The Disparity computation step generates a disparity map in cost volume geometry. This disparity map is a float32 type 2D xarray.DataArray, stored in a xarray.Dataset. This Dataset also has a :
- xarray.DataArray 3D confidence_measure, which contains quality indicators, depending on what is activated. It can be enriched by indicators calculated in the different plugins.

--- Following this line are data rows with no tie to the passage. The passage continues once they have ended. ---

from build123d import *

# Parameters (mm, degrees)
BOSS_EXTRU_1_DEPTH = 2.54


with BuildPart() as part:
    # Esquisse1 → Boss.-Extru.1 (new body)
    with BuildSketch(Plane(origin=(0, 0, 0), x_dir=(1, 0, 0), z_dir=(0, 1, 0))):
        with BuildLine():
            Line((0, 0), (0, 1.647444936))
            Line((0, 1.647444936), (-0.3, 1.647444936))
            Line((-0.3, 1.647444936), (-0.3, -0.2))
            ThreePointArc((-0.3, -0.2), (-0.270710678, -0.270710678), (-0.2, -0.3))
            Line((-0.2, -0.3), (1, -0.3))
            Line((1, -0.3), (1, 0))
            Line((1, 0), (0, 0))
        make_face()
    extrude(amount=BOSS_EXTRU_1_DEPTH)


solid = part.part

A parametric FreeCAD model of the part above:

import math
import FreeCAD as App
import Part
import Sketcher
Q = App.Units.Quantity

doc = App.newDocument("Part")
body = doc.addObject("PartDesign::Body", "Body")

# Sketch on XZ plane
sketch1 = body.newObject("Sketcher::SketchObject", "Sketch")
sketch1.AttachmentSupport = (doc.getObject("XZ_Plane"), [""])
sketch1.MapMode = "FlatFace"
sketch1.addGeometry([
    Part.LineSegment(App.Vector(0, 0, 0), App.Vector(0, -1.65, 0)),  # 0
    Part.LineSegment(App.Vector(0, -1.65, 0), App.Vector(-0.3, -1.65, 0)),  # 1
    Part.LineSegment(App.Vector(-0.3, -1.65, 0), App.Vector(-0.3, 0.2, 0)),  # 2
    Part.ArcOfCircle(Part.Circle(App.Vector(-0.2, 0.2, 0), App.Vector(0, 0, 1), 0.1), math.radians(90), math.radians(180)),  # 3
    Part.LineSegment(App.Vector(-0.2, 0.3, 0), App.Vector(1, 0.3, 0)),  # 4
    Part.LineSegment(App.Vector(1, 0.3, 0), App.Vector(1, 0, 0)),  # 5
    Part.LineSegment(App.Vector(1, 0, 0), App.Vector(0, 0, 0)),  # 6
], False)
sketch1.addConstraint([
    Sketcher.Constraint("Coincident", 0, 2, 1, 1),
    Sketcher.Constraint("Coincident", 1, 2, 2, 1),
    Sketcher.Constraint("Tangent", 2, 2, 3, 2),
    Sketcher.Constraint("Tangent", 3, 1, 4, 1),
    Sketcher.Constraint("Coincident", 4, 2, 5, 1),
    Sketcher.Constraint("Coincident", 5, 2, 6, 1),
    Sketcher.Constraint("Coincident", 6, 2, 0, 1),
    Sketcher.Constraint("Vertical", 0),
    Sketcher.Constraint("Horizontal", 1),
    Sketcher.Constraint("Vertical", 2),
    Sketcher.Constraint("Horizontal", 4),
    Sketcher.Constraint("Vertical", 5),
    Sketcher.Constraint("Horizontal", 6),
    Sketcher.Constraint("Coincident", 6, 2, -1, 1),
    Sketcher.Constraint("Equal", 1, 5),
    Sketcher.Constraint("Radius", 3, Q("0.1 mm")),
    Sketcher.Constraint("DistanceX", 6, 2, 6, 1, Q("1 mm")),
    Sketcher.Constraint("DistanceX", 1, 2, 1, 1, Q("0.3 mm")),
    Sketcher.Constraint("DistanceY", 0, 2, 0, 1, Q("1.647445 mm")),
])
pad1 = body.newObject("PartDesign::Pad", "Pad")
pad1.Profile = sketch1
pad1.Length = 2.54
pad1.Reversed = True

doc.recompute()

- xarray.DataArray validity_mask which represents the
validity_mask. - xarray.DataArray interpolated_coeff, which contains the similarity coefficients interpolated by the Disparity Refinement Method.
text
<xarray.Dataset> Dimensions: (col: 1000, indicator: 2, row: 1000) Coordinates: * row (row) int64 0 1 2 3 4 5 6 ... 994 995 996 997 998 999 * col (col) int64 0 1 2 3 4 5 6 ... 994 995 996 997 998 999 * indicator (indicator) object 'stereo_pandora_intensityStd' 'validation_pandora_distanceOfDisp' Data variables: disparity_map (row, col) float32 0.0 0.0 0.0 0.0 ... 0.0 0.0 0.0 0.0 validity_mask (row, col) uint16 1 1 1 1 1 1 1 1 1 ... 1 1 1 1 1 1 1 1 interpolated_coeff (row, col) float64 nan nan nan nan ... nan nan nan nan confidence_measure (row, col, indicator) float32 nan nan nan ... nan nan nan Attributes: measure: census subpixel: 1 offset_row_col: 0 window_size: 5 type_measure: min cmax: 24 optimization: sgm disp_min: -30 disp_max: 33 refinement: vfit filter: median validation: cross_checking interpolated_disparity: none crs: None transform: | 1.00, 0.00, 0.00 0.00, 1.00, 0.00 0.00, 0.00, 1.00|
Validity masks are 2D xarray.DataArray and are 16-bit encoded: each bit represents a rejection criterion (= 1 if rejection, = 0 otherwise): See validity_mask.
The validity masks are stored in the xarray.Dataset left and right in the pandora/__init__.py file.
Pixels of the left image for which the measurement thumbnail protrudes from the left image are set to nan on the cost volume For a similarity measurement with a 5x5 window, these incalculable pixels in the left image correspond to a 2-pixel crown at the top, bottom, right and left, and are represented by the offset_row_col attribute in the xarray.Dataset.
These pixels will have bit 0 set, The point is invalid: left image edge, in the validity_mask and will be assigned the invalid_disparity ( configurable in the json configuration file ) in the disparity maps.
Because of the disparity range choice, it is possible that there is no available point to scan on the right image. In this case, matching cost cannot be computed for this pixel and the value will be set to nan . Then bit 1 will be set : The point is invalid: the disparity interval to explore is absent in the right image and the point disparity will be set to invalid_disparity.